We provide two implementations for extending PCA-SIM to 3DSIM. If the illumination parameters are assumed to be uniformly distributed, the stack data (which can be regarded as a 3D tensor) in the regions where the +1- or -1-order spectral peaks are located are taken after the initial spectral separation and shifting of the raw stack data. The phasor of the Fourier inverse transform of this tensor is then obtained, and unfolded along the x-mode and y-mode, respectively. Since the unfolded matrix is essentially rank-1, PCA is utilized to acquire the first principal components.

The obtained singular value vectors can characterize the lateral component of the illumination parameter that filters out interfering noise. Subsequently, the axial component can be accessed through the angular relationship between the three amplitude wave vectors. With the exact illumination parameters, precise spectrum separation and reorganization can be performed, followed by super-resolution reconstruction. If uneven illumination parameters are to be handled, firstly, for the acquired raw 3D stack data with edge length \(N\) and layer number \({N}_{z}\), it is divided into \({(\frac{2N}{m}-1)}^{2}\) tiled sub-stacks of size \(2m\times 2m\times {N}_{z}\) (where \(m\) is set to 64 to balance efficiency and accuracy), with half of the region of each sub-stack shared with its adjacent object. For any segmented tiled subset, the normalized MCNR, which characterizes the illumination modulation quality of the focal plane, is obtained by calculating the photon count for every pixel in the tiled image of each layer.

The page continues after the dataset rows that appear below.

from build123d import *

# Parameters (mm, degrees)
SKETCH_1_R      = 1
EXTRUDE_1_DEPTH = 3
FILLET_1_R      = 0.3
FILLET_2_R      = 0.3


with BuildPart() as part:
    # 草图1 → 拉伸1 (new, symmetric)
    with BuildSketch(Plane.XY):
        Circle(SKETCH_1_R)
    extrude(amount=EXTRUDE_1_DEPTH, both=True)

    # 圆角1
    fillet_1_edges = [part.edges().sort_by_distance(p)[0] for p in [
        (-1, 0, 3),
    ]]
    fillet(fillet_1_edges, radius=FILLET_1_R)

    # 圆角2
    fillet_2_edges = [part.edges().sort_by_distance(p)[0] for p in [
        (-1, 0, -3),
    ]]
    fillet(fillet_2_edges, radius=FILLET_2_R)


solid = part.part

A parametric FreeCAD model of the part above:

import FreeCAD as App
import Part
import Sketcher

V = App.Vector


def edges_at(feature, points):
    """Names of the edges that pass closest to the given points."""
    edges = feature.Shape.Edges
    near = lambda p: min(range(len(edges)), key=lambda i: edges[i].distToShape(Part.Vertex(*p))[0])
    return sorted({f"Edge{near(p) + 1}" for p in points})

doc = App.newDocument("Part")
params = doc.addObject("Spreadsheet::Sheet", "Params")
for row, (alias, value) in enumerate([
    ("sketch1_diameter", "2 mm"),
    ("pad1_length", "6 mm"),
    ("fillet_radius", "0.3 mm"),
    ("fillet2_radius", "0.3 mm"),
], start=1):
    params.set(f"A{row}", alias)
    params.set(f"B{row}", "=" + value)
    params.setAlias(f"B{row}", alias)

body = doc.addObject("PartDesign::Body", "Body")

# Sketch on XY plane
sketch1 = body.newObject("Sketcher::SketchObject", "Sketch")
sketch1.AttachmentSupport = (doc.getObject("XY_Plane"), [""])
sketch1.MapMode = "FlatFace"
sketch1.addGeometry(Part.Circle(V(0, 0, 0), V(0, 0, 1), 1), False)
sketch1.addConstraint([
    Sketcher.Constraint("Coincident", 0, 3, -1, 1),
    Sketcher.Constraint("Diameter", 0, 2.0),
])
sketch1.setExpression("Constraints[1]", "Params.sketch1_diameter")
pad1 = body.newObject("PartDesign::Pad", "Pad")
pad1.Profile = sketch1
pad1.setExpression("Length", "Params.pad1_length")
pad1.Midplane = True
doc.recompute()

fillet = body.newObject("PartDesign::Fillet", "Fillet")
fillet.Base = (pad1, edges_at(pad1, [(-1, 0, 3)]))
fillet.setExpression("Radius", "Params.fillet_radius")
doc.recompute()

fillet2 = body.newObject("PartDesign::Fillet", "Fillet001")
fillet2.Base = (fillet, edges_at(fillet, [(-1, 0, -3)]))
fillet2.setExpression("Radius", "Params.fillet2_radius")

doc.recompute()
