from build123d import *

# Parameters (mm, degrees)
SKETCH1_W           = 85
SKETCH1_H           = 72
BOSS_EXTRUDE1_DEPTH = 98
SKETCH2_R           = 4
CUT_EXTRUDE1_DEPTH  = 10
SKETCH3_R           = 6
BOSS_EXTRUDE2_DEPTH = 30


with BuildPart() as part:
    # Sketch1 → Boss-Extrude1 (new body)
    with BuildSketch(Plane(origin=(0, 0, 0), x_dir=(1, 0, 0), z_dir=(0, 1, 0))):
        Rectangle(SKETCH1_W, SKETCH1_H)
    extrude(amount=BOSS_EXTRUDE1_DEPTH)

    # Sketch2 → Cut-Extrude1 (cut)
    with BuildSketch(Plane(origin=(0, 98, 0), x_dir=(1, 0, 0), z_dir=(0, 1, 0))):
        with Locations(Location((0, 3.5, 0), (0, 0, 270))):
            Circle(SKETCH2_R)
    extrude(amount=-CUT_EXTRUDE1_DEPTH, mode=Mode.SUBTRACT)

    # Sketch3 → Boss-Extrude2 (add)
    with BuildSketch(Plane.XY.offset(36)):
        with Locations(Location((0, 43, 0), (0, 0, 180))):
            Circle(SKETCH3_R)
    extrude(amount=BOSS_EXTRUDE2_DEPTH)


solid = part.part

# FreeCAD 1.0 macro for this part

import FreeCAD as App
import Part
import Sketcher

doc = App.newDocument("Part")
body = doc.addObject("PartDesign::Body", "Body")

sketch1 = body.newObject("Sketcher::SketchObject", "Sketch")
sketch1.AttachmentSupport = (doc.getObject("XZ_Plane"), [""])
sketch1.MapMode = "FlatFace"
sketch1.addGeometry(Part.LineSegment(App.Vector(-42, -36, 0), App.Vector(-42, 36, 0)), False)
sketch1.addGeometry(Part.LineSegment(App.Vector(-42, 36, 0), App.Vector(42, 36, 0)), False)
sketch1.addGeometry(Part.LineSegment(App.Vector(42, 36, 0), App.Vector(42, -36, 0)), False)
sketch1.addGeometry(Part.LineSegment(App.Vector(42, -36, 0), App.Vector(-42, -36, 0)), False)
sketch1.addConstraint(Sketcher.Constraint("Coincident", 0, 2, 1, 1))
sketch1.addConstraint(Sketcher.Constraint("Coincident", 1, 2, 2, 1))
sketch1.addConstraint(Sketcher.Constraint("Coincident", 2, 2, 3, 1))
sketch1.addConstraint(Sketcher.Constraint("Coincident", 3, 2, 0, 1))
sketch1.addConstraint(Sketcher.Constraint("Vertical", 0))
sketch1.addConstraint(Sketcher.Constraint("Horizontal", 1))
sketch1.addConstraint(Sketcher.Constraint("Vertical", 2))
sketch1.addConstraint(Sketcher.Constraint("Horizontal", 3))
sketch1.addConstraint(Sketcher.Constraint("Symmetric", 0, 2, 2, 2, -1, 1))
sketch1.addConstraint(Sketcher.Constraint("DistanceX", 1, 1, 1, 2, 85.0))
sketch1.addConstraint(Sketcher.Constraint("DistanceY", 0, 1, 0, 2, 72.0))
pad1 = body.newObject("PartDesign::Pad", "Pad")
pad1.Profile = sketch1
pad1.Length = 98
pad1.Reversed = True

sketch2 = body.newObject("Sketcher::SketchObject", "Sketch001")
sketch2.AttachmentSupport = (doc.getObject("XZ_Plane"), [""])
sketch2.MapMode = "FlatFace"
sketch2.AttachmentOffset = App.Placement(App.Vector(0, 0, -98), App.Rotation())
sketch2.addGeometry(Part.Circle(App.Vector(0, -3.5, 0), App.Vector(0, 0, 1), 4), False)
sketch2.addConstraint(Sketcher.Constraint("PointOnObject", 0, 3, -2))
sketch2.addConstraint(Sketcher.Constraint("Diameter", 0, 8.0))
sketch2.addConstraint(Sketcher.Constraint("DistanceY", 0, 3, -1, 1, 3.5))
pocket1 = body.newObject("PartDesign::Pocket", "Pocket")
pocket1.Profile = sketch2
pocket1.Length = 10
pocket1.Reversed = True

sketch3 = body.newObject("Sketcher::SketchObject", "Sketch002")
sketch3.AttachmentSupport = (doc.getObject("XY_Plane"), [""])
sketch3.MapMode = "FlatFace"
sketch3.AttachmentOffset = App.Placement(App.Vector(0, 0, 36), App.Rotation())
sketch3.addGeometry(Part.Circle(App.Vector(0, 43, 0), App.Vector(0, 0, 1), 6), False)
sketch3.addConstraint(Sketcher.Constraint("PointOnObject", 0, 3, -2))
sketch3.addConstraint(Sketcher.Constraint("Diameter", 0, 12.0))
sketch3.addConstraint(Sketcher.Constraint("DistanceY", -1, 1, 0, 3, 43.0))
pad2 = body.newObject("PartDesign::Pad", "Pad001")
pad2.Profile = sketch3
pad2.Length = 30

doc.recompute()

The tiled images with MCNR exceeding a certain threshold (which is empirically taken to be 0.85) are considered capable of contributing reliable illumination parameters and are thus retained for subsequent processing. The remaining images in the sub-stack, however, are replaced by the composite image obtained through weighted averaging with relatively higher-quality images due to being in the defocused background. Next, the 3D reconstruction parameter distribution of the sub-stack is accessed layer by layer using a PCA-based parameter estimation approach. To further ensure the reliability of the calculated parameters, erroneous measurements are identified based on experimental prior knowledge. This prior assumes that wave vectors of different illumination directions are numerically close and differ by ~120° in orientation.

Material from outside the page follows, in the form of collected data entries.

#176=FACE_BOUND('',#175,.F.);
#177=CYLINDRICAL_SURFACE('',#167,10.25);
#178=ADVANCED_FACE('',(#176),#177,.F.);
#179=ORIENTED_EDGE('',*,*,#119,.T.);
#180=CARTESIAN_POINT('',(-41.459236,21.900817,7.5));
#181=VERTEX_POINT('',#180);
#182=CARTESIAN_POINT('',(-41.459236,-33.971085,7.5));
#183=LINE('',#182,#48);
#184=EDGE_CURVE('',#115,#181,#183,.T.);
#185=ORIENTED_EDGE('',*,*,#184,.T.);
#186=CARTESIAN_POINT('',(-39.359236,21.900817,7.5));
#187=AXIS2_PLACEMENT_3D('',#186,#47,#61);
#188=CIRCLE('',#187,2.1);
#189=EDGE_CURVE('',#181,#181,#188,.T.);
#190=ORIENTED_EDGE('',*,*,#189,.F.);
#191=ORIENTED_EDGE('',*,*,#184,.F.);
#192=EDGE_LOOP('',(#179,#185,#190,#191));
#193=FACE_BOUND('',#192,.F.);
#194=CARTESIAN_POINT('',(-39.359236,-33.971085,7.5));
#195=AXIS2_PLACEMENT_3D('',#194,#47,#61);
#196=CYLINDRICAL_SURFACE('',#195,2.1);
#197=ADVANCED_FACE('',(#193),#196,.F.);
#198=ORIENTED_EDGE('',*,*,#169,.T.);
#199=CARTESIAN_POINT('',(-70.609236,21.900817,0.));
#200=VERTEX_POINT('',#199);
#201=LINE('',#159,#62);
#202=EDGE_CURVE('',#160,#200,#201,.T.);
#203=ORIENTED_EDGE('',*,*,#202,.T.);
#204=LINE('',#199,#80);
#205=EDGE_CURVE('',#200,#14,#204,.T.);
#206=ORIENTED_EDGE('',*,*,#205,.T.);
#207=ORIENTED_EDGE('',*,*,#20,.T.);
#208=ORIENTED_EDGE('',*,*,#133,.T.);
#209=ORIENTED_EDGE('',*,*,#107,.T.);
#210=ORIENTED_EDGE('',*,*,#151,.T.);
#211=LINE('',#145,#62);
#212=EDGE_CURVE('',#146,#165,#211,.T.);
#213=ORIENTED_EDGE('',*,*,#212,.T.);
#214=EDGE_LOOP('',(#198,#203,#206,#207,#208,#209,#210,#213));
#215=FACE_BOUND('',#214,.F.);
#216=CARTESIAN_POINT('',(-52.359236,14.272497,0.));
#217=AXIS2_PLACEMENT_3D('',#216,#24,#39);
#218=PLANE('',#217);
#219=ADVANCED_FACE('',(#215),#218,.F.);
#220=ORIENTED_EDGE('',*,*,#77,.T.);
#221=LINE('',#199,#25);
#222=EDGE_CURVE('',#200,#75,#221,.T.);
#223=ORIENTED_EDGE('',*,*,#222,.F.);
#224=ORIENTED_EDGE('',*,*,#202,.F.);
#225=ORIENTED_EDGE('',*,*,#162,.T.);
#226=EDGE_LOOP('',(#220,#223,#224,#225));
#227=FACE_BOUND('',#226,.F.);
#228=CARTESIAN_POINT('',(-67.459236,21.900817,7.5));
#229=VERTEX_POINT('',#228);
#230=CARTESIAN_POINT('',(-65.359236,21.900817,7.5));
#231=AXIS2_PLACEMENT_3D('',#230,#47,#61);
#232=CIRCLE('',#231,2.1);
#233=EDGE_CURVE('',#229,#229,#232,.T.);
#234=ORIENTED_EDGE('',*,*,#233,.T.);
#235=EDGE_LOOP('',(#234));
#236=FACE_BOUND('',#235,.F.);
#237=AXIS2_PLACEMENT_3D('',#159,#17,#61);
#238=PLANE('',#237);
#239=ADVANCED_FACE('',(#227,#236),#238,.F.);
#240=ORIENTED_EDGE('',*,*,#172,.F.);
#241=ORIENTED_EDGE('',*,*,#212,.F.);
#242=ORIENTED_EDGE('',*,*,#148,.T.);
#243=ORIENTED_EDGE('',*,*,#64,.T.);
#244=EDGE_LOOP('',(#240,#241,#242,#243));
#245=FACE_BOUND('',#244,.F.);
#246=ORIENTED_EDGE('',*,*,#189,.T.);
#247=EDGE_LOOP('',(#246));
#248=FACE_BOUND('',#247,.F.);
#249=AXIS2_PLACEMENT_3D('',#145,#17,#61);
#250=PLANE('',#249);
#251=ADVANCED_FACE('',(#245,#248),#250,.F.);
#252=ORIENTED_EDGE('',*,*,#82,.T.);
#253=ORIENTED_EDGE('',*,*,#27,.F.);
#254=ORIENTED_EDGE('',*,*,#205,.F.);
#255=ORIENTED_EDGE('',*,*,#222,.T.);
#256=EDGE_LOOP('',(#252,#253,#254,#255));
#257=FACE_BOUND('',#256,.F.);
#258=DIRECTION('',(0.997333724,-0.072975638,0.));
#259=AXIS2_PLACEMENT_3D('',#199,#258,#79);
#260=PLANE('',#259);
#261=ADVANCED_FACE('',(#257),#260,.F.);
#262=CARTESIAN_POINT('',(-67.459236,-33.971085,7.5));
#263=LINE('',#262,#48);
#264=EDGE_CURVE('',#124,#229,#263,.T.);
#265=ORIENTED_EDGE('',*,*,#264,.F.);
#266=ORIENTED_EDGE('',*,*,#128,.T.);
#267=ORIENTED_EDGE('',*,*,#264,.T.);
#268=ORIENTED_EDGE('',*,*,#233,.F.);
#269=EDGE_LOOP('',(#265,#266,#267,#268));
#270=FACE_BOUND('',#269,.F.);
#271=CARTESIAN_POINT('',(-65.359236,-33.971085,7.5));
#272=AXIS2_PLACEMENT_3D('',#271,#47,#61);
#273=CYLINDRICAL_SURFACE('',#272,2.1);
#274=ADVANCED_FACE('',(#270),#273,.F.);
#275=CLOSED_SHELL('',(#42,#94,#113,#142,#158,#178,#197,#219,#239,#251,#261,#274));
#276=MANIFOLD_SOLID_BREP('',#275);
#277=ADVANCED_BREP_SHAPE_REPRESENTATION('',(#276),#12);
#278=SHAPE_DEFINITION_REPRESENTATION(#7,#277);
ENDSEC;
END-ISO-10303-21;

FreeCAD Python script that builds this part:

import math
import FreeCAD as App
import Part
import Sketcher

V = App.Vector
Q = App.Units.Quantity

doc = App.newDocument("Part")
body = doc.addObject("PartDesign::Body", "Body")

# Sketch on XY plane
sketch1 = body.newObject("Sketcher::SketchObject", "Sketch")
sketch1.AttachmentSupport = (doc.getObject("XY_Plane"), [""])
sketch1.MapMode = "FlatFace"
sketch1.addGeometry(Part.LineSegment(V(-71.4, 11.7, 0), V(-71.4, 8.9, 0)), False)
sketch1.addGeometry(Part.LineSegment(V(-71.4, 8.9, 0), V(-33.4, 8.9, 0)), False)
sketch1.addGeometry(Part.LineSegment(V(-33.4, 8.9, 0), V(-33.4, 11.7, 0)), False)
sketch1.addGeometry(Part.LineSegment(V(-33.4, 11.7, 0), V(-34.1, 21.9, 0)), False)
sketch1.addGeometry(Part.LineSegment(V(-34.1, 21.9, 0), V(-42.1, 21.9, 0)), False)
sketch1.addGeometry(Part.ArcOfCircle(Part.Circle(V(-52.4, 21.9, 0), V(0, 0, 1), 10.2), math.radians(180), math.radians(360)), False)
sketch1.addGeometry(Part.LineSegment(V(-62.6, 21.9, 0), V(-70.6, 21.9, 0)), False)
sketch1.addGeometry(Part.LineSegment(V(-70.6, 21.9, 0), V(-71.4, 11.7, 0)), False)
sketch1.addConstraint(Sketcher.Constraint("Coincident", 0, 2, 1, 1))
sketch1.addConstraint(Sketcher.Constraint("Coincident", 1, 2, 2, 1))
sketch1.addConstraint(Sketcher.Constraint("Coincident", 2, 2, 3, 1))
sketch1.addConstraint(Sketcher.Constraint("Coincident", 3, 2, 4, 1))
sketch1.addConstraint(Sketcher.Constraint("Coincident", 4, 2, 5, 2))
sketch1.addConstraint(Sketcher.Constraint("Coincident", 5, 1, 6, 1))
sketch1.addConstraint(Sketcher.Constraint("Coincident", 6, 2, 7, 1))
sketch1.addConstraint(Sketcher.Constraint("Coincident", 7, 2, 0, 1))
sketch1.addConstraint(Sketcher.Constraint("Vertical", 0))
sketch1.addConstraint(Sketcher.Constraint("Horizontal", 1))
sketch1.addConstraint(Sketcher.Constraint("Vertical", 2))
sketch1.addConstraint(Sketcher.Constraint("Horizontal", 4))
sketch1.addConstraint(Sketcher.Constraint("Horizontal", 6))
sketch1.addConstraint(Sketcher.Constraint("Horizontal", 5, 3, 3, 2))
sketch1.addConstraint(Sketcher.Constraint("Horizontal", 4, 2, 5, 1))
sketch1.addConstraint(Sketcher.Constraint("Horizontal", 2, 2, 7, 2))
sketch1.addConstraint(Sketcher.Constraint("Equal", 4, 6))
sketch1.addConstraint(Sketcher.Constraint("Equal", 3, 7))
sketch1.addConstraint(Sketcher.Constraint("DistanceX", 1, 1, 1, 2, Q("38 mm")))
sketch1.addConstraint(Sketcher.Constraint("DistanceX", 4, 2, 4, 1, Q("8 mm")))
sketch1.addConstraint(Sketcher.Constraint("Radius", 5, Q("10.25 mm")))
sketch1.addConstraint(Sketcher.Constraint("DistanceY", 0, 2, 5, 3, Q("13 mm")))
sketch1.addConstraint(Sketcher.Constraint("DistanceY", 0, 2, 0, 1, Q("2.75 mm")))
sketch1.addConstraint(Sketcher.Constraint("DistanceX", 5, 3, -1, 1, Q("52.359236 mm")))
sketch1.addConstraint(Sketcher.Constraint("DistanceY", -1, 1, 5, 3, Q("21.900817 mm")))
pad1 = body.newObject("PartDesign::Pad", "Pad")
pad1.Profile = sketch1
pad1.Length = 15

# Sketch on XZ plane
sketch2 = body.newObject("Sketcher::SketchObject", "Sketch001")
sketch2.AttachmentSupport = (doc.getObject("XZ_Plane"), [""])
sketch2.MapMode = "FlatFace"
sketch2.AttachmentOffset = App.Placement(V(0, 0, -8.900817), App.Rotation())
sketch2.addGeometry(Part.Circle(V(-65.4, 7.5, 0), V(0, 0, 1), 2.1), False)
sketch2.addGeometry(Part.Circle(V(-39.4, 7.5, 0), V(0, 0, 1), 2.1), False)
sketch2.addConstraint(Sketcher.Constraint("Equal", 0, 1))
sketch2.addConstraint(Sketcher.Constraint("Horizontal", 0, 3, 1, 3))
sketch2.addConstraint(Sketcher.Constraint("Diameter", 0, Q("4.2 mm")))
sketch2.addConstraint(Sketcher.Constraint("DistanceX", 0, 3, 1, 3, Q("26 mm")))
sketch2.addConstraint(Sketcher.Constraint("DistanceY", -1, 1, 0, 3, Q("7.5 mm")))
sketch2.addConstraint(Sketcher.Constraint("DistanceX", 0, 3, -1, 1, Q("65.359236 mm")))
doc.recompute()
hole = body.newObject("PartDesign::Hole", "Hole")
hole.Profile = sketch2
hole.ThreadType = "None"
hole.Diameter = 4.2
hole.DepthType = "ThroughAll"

Once outliers are excluded, the parameters are recalculated using the full-FOV images. Using these experimental parameters, the super-resolution information of the sub-stack can be accurately demodulated and reconstructed (detailed in Supplementary file 1: Note S3.3). After performing deconvolution with the axial-extended OTF determined by the average lateral wave vector, the optimized super-resolution subset data can be obtained. The above steps are carried out for all tiled subsets, and finally, the fusion of each subset is accomplished by Eq. 6 to yield the full-FOV volumetric super-resolution information. Note that in most cases, the PCA-3DSIM version with the adaptive tiled-block strategy is recommended.

Statistical analysis

Figures 24 show the representative data from 10 representative experiments. SSIM between the reconstruction results and the ground truth in Fig. 2, the PANEL and rFRC values of the reconstruction results in Fig. 3, and the distribution of the lateral illumination wave vectors in Fig. 4 are presented as box plots (center line, average; limits, 75% and 25%; whiskers, maximum and minimum) in graphs. The intensity profiles in Figs. 24 are in MATLAB.